Le Figlie della Chiesa operano in varie parti del mondo: in Italia, Madrid, Lourdes, Fatima, Tarso, India, Colombia, Ecuador, Bolivia, Brasile e dal 2016 anche nelle Filippine.
In occasione di questa festa importante, si sono radunate consorelle provenienti da varie realtà d’Italia come Foggia, Siena con giovani della cappella universitaria, Vicenza, Roma, ma anche dall’India, dal sud America etc. La messa mattutina è stata presieduta da mons. Vincenzo Paglia, presidente della Pontificia Accademia per la vita, nella splendida Casa generalizia, impreziosita dalle magnolie cinesi in fiore, sita in viale Vaticano 62 a Roma.
Dopo il pranzo fraterno, nel pomeriggio, le suore più giovani e altre giovani in cammino formativo hanno offerto alla Madre generale di origine indiana Sr. Theresa Purayidathil, un percorso originale “Expo2017”, con il quale hanno condotto consorelle e amici convenuti alla festa a scoprire nelle sale allestite della loro sede, piccoli momenti di vita comunitaria e pastorale delle comunità di tutto il mondo. Ogni sala è stata allestita con la proiezione di un video riguardante il luogo geografico di provenienza delle suore per far immedesimare lo spettatore al meglio nella realtà visitata, così vicina, ma alle volte così lontana dalla consuetudine. La sala del Consiglio, all’inizio del percorso, ha ospitato doni e costumi dell’America Latina, con i pesanti poncho per proteggersi dal freddo, con gli strumenti tipici, come quello che riproduce il suono della pioggia e i dolci dallo strano retrogusto salato. Nella biblioteca, corrispondente all’Europa, è stata allestita una mostra dell’Italia in miniatura con tutti i suoi simboli e prodotti, concentrandosi sulle città dove sono presenti le suore ed esponendo i doni che sono giunti da quei luoghi. In chiesa è stato presentato un video molto significativo sulla realtà delle Filippine, in cui la comunità si è avviata con successo da pochissimo, luglio 2016, grazie all’accoglienza del vescovo locale. E infine la sala abitualmente riservata ai sacerdoti ha catapultato le consorelle e i gli ospiti laici in un’atmosfera molto orientale, con cibi, profumi e oggetti tipici della cultura indiana.

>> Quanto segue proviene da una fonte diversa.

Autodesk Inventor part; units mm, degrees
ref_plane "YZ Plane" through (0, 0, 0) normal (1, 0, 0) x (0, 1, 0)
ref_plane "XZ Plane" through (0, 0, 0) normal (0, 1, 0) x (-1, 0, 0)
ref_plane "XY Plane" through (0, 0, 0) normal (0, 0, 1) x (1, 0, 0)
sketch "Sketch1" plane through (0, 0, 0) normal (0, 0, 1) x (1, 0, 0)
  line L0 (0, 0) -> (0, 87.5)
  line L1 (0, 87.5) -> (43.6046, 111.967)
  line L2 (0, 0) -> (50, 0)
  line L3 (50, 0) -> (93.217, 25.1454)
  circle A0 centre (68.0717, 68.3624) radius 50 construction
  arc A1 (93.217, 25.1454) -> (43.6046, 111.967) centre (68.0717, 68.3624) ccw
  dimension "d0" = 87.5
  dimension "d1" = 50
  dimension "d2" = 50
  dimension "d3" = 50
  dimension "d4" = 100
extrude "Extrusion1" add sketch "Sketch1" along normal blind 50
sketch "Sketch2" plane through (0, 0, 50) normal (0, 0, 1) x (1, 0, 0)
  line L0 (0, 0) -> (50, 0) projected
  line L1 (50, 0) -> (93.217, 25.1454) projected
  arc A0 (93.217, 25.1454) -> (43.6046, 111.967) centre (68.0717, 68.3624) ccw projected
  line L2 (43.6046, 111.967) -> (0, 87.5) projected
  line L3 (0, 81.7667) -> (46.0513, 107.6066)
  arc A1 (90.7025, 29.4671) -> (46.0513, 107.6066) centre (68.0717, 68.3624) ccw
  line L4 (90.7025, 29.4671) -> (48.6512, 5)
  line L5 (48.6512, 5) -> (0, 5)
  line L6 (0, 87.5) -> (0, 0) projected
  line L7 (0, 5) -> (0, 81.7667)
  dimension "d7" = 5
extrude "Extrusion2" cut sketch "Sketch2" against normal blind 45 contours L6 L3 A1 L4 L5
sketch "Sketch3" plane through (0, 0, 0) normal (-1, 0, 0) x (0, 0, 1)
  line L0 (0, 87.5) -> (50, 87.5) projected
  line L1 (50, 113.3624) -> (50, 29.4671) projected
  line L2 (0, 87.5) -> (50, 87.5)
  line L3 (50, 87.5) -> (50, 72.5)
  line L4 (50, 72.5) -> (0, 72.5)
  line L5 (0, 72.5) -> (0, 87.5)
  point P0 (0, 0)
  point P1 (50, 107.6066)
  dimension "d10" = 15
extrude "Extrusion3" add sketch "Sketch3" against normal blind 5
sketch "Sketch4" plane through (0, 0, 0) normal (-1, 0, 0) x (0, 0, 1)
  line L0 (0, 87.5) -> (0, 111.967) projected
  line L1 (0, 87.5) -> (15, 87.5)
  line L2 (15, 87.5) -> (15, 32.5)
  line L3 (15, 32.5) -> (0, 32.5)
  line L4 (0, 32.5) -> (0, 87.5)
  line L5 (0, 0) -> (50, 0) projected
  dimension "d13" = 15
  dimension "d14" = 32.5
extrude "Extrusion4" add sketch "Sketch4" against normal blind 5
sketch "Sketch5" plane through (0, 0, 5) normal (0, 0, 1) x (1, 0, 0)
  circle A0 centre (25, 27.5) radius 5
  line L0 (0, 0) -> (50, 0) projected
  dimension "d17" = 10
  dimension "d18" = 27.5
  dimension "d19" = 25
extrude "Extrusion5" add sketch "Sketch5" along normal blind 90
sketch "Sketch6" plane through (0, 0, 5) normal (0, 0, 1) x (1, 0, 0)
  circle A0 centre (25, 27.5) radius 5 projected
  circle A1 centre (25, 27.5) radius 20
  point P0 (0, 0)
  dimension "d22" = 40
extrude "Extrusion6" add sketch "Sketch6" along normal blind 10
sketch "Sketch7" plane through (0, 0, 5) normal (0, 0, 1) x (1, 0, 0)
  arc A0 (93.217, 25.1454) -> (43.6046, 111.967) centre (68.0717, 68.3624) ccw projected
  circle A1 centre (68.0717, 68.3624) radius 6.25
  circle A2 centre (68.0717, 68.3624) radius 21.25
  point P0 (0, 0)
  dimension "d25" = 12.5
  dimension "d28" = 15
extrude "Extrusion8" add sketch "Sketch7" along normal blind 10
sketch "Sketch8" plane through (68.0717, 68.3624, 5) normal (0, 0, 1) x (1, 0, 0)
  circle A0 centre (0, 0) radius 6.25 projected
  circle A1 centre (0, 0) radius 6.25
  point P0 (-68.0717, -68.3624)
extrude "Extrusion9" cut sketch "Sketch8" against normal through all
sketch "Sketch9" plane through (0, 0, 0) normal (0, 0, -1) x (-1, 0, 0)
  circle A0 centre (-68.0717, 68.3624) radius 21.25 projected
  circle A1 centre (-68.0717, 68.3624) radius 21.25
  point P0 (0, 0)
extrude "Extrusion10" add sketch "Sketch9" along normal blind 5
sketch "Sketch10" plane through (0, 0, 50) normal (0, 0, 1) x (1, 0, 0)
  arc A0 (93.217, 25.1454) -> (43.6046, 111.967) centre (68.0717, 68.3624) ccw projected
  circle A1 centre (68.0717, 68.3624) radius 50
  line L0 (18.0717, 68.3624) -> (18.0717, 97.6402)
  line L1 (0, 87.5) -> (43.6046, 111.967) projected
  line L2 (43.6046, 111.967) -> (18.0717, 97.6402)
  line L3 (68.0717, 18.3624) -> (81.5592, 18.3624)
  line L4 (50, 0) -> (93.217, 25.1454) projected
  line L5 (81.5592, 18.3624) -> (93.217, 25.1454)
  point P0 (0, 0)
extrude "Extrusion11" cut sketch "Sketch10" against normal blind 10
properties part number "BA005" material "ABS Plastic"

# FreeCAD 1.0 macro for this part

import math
import FreeCAD as App
import Part
import Sketcher


def add_polygon(sketch, points):
    """Adds a closed chain of lines whose ends are joined by coincident constraints."""
    first, n = sketch.GeometryCount, len(points)
    for a, b in zip(points, points[1:] + points[:1]):
        sketch.addGeometry(Part.LineSegment(App.Vector(*a, 0), App.Vector(*b, 0)), False)
    for i in range(n):
        sketch.addConstraint(Sketcher.Constraint("Coincident", first + i, 2, first + (i + 1) % n, 1))

doc = App.newDocument("Part")
body = doc.addObject("PartDesign::Body", "Body")

# Sketch on XY plane
sketch1 = body.newObject("Sketcher::SketchObject", "Sketch")
sketch1.AttachmentSupport = (doc.getObject("XY_Plane"), [""])
sketch1.MapMode = "FlatFace"
sketch1.addGeometry(Part.LineSegment(App.Vector(0, 88, 0), App.Vector(0, 0, 0)), False)
sketch1.addGeometry(Part.LineSegment(App.Vector(0, 0, 0), App.Vector(50, 0, 0)), False)
sketch1.addGeometry(Part.LineSegment(App.Vector(50, 0, 0), App.Vector(93, 25, 0)), False)
sketch1.addGeometry(Part.ArcOfCircle(Part.Circle(App.Vector(68, 68, 0), App.Vector(0, 0, 1), 50), math.radians(-60), math.radians(119)), False)
sketch1.addGeometry(Part.LineSegment(App.Vector(44, 112, 0), App.Vector(0, 88, 0)), False)
sketch1.addConstraint(Sketcher.Constraint("Coincident", 0, 2, 1, 1))
sketch1.addConstraint(Sketcher.Constraint("Coincident", 1, 2, 2, 1))
sketch1.addConstraint(Sketcher.Constraint("Tangent", 2, 2, 3, 1))
sketch1.addConstraint(Sketcher.Constraint("Tangent", 3, 2, 4, 1))
sketch1.addConstraint(Sketcher.Constraint("Coincident", 4, 2, 0, 1))
sketch1.addConstraint(Sketcher.Constraint("Vertical", 0))
sketch1.addConstraint(Sketcher.Constraint("Horizontal", 1))
sketch1.addConstraint(Sketcher.Constraint("Coincident", 0, 2, -1, 1))
sketch1.addConstraint(Sketcher.Constraint("Equal", 2, 4))
sketch1.addConstraint(Sketcher.Constraint("Radius", 3, 50.0))
sketch1.addConstraint(Sketcher.Constraint("DistanceX", 1, 1, 1, 2, 50.0))
sketch1.addConstraint(Sketcher.Constraint("Distance", 2, 50.0))
sketch1.addConstraint(Sketcher.Constraint("DistanceY", 0, 2, 0, 1, 87.5))
pad1 = body.newObject("PartDesign::Pad", "Pad")
pad1.Profile = sketch1
pad1.Length = 50

# Sketch on XY plane
sketch2 = body.newObject("Sketcher::SketchObject", "Sketch001")
sketch2.AttachmentSupport = (doc.getObject("XY_Plane"), [""])
sketch2.MapMode = "FlatFace"
sketch2.AttachmentOffset = App.Placement(App.Vector(0, 0, 50), App.Rotation())
sketch2.addGeometry(Part.LineSegment(App.Vector(0, 82, 0), App.Vector(0, 5, 0)), False)
sketch2.addGeometry(Part.LineSegment(App.Vector(0, 5, 0), App.Vector(49, 5, 0)), False)
sketch2.addGeometry(Part.LineSegment(App.Vector(49, 5, 0), App.Vector(91, 29, 0)), False)
sketch2.addGeometry(Part.ArcOfCircle(Part.Circle(App.Vector(68, 68, 0), App.Vector(0, 0, 1), 45), math.radians(-60), math.radians(119)), False)
sketch2.addGeometry(Part.LineSegment(App.Vector(46, 108, 0), App.Vector(0, 82, 0)), False)
sketch2.addConstraint(Sketcher.Constraint("Coincident", 0, 2, 1, 1))
sketch2.addConstraint(Sketcher.Constraint("Coincident", 1, 2, 2, 1))
sketch2.addConstraint(Sketcher.Constraint("Tangent", 2, 2, 3, 1))
sketch2.addConstraint(Sketcher.Constraint("Tangent", 3, 2, 4, 1))
sketch2.addConstraint(Sketcher.Constraint("Coincident", 4, 2, 0, 1))
sketch2.addConstraint(Sketcher.Constraint("Vertical", 0))
sketch2.addConstraint(Sketcher.Constraint("Horizontal", 1))
sketch2.addConstraint(Sketcher.Constraint("PointOnObject", 0, 2, -2))
sketch2.addConstraint(Sketcher.Constraint("DistanceY", -1, 1, 0, 2, 5.0))
sketch2.addConstraint(Sketcher.Constraint("Radius", 3, 45.0))
sketch2.addConstraint(Sketcher.Constraint("DistanceX", 1, 1, 1, 2, 48.6512))
sketch2.addConstraint(Sketcher.Constraint("DistanceY", 0, 2, 0, 1, 76.7667))
sketch2.addConstraint(Sketcher.Constraint("DistanceY", -1, 1, 2, 2, 29.467))
sketch2.addConstraint(Sketcher.Constraint("Distance", 2, 48.6513))
pocket1 = body.newObject("PartDesign::Pocket", "Pocket")
pocket1.Profile = sketch2
pocket1.Length = 45

# Sketch on YZ plane
sketch3 = body.newObject("Sketcher::SketchObject", "Sketch002")
sketch3.AttachmentSupport = (doc.getObject("YZ_Plane"), [""])
sketch3.MapMode = "FlatFace"
add_polygon(sketch3, [(88, 50), (88, 0), (72, 0), (72, 50)])  # lines 0-3
sketch3.addConstraint(Sketcher.Constraint("Vertical", 0))
sketch3.addConstraint(Sketcher.Constraint("Horizontal", 1))
sketch3.addConstraint(Sketcher.Constraint("Vertical", 2))
sketch3.addConstraint(Sketcher.Constraint("Horizontal", 3))
sketch3.addConstraint(Sketcher.Constraint("PointOnObject", 0, 2, -1))
sketch3.addConstraint(Sketcher.Constraint("DistanceX", 1, 2, 1, 1, 15.0))
sketch3.addConstraint(Sketcher.Constraint("DistanceY", 0, 2, 0, 1, 50.0))
sketch3.addConstraint(Sketcher.Constraint("DistanceX", -1, 1, 0, 2, 87.5))
pad2 = body.newObject("PartDesign::Pad", "Pad001")
pad2.Profile = sketch3
pad2.Length = 5

# Sketch on YZ plane
sketch4 = body.newObject("Sketcher::SketchObject", "Sketch003")
sketch4.AttachmentSupport = (doc.getObject("YZ_Plane"), [""])
sketch4.MapMode = "FlatFace"
add_polygon(sketch4, [(88, 15), (88, 0), (32, 0), (32, 15)])  # lines 0-3
sketch4.addConstraint(Sketcher.Constraint("Vertical", 0))
sketch4.addConstraint(Sketcher.Constraint("Horizontal", 1))
sketch4.addConstraint(Sketcher.Constraint("Vertical", 2))
sketch4.addConstraint(Sketcher.Constraint("Horizontal", 3))
sketch4.addConstraint(Sketcher.Constraint("PointOnObject", 0, 2, -1))
sketch4.addConstraint(Sketcher.Constraint("DistanceY", 0, 2, 0, 1, 15.0))
sketch4.addConstraint(Sketcher.Constraint("DistanceX", -1, 1, 1, 2, 32.5))
sketch4.addConstraint(Sketcher.Constraint("DistanceX", 1, 2, 1, 1, 55.0))
pad3 = body.newObject("PartDesign::Pad", "Pad002")
pad3.Profile = sketch4
pad3.Length = 5

# Sketch on XY plane
sketch5 = body.newObject("Sketcher::SketchObject", "Sketch004")
sketch5.AttachmentSupport = (doc.getObject("XY_Plane"), [""])
sketch5.MapMode = "FlatFace"
sketch5.AttachmentOffset = App.Placement(App.Vector(0, 0, 5), App.Rotation())
sketch5.addGeometry(Part.Circle(App.Vector(25, 28, 0), App.Vector(0, 0, 1), 5), False)
sketch5.addConstraint(Sketcher.Constraint("Diameter", 0, 10.0))
sketch5.addConstraint(Sketcher.Constraint("DistanceX", -1, 1, 0, 3, 25.0))
sketch5.addConstraint(Sketcher.Constraint("DistanceY", -1, 1, 0, 3, 27.5))
pad4 = body.newObject("PartDesign::Pad", "Pad003")
pad4.Profile = sketch5
pad4.Length = 90

# Sketch on XY plane
sketch6 = body.newObject("Sketcher::SketchObject", "Sketch005")
sketch6.AttachmentSupport = (doc.getObject("XY_Plane"), [""])
sketch6.MapMode = "FlatFace"
sketch6.AttachmentOffset = App.Placement(App.Vector(0, 0, 5), App.Rotation())
sketch6.addGeometry(Part.Circle(App.Vector(25, 28, 0), App.Vector(0, 0, 1), 20), False)
sketch6.addGeometry(Part.Circle(App.Vector(25, 28, 0), App.Vector(0, 0, 1), 5), False)
sketch6.addConstraint(Sketcher.Constraint("Coincident", 1, 3, 0, 3))
sketch6.addConstraint(Sketcher.Constraint("Diameter", 0, 40.0))
sketch6.addConstraint(Sketcher.Constraint("Diameter", 1, 10.0))
sketch6.addConstraint(Sketcher.Constraint("DistanceX", -1, 1, 0, 3, 25.0))
sketch6.addConstraint(Sketcher.Constraint("DistanceY", -1, 1, 0, 3, 27.5))
pad5 = body.newObject("PartDesign::Pad", "Pad004")
pad5.Profile = sketch6
pad5.Length = 10

# Sketch on XY plane
sketch7 = body.newObject("Sketcher::SketchObject", "Sketch006")
sketch7.AttachmentSupport = (doc.getObject("XY_Plane"), [""])
sketch7.MapMode = "FlatFace"
sketch7.AttachmentOffset = App.Placement(App.Vector(0, 0, 5), App.Rotation())
sketch7.addGeometry(Part.Circle(App.Vector(68, 68, 0), App.Vector(0, 0, 1), 21), False)
sketch7.addGeometry(Part.Circle(App.Vector(68, 68, 0), App.Vector(0, 0, 1), 6), False)
sketch7.addConstraint(Sketcher.Constraint("Coincident", 1, 3, 0, 3))
sketch7.addConstraint(Sketcher.Constraint("Diameter", 1, 12.5))
sketch7.addConstraint(Sketcher.Constraint("Diameter", 0, 42.5))
sketch7.addConstraint(Sketcher.Constraint("DistanceX", -1, 1, 0, 3, 68.0717))
sketch7.addConstraint(Sketcher.Constraint("DistanceY", -1, 1, 0, 3, 68.3624))
pad6 = body.newObject("PartDesign::Pad", "Pad005")
pad6.Profile = sketch7
pad6.Length = 10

Questo percorso ha portato ad una più feconda conoscenza di un Istituto che non solo si dedica alla preghiera contemplativa, soprattutto in adorazione del Santissimo Sacramento, ma che esprime, con amore incondizionato e gratuito, opere di apostolato attivo secondo le necessità delle chiese locali. Le sorelle condividono la passione per la Chiesa e, con la Chiesa, dell’intera umanità anche in realtà difficili, in Paesi interreligiosi (Turchia e India), o in Paesi colpiti da gravi problemi economici.

Martina Ragone

Comments are closed.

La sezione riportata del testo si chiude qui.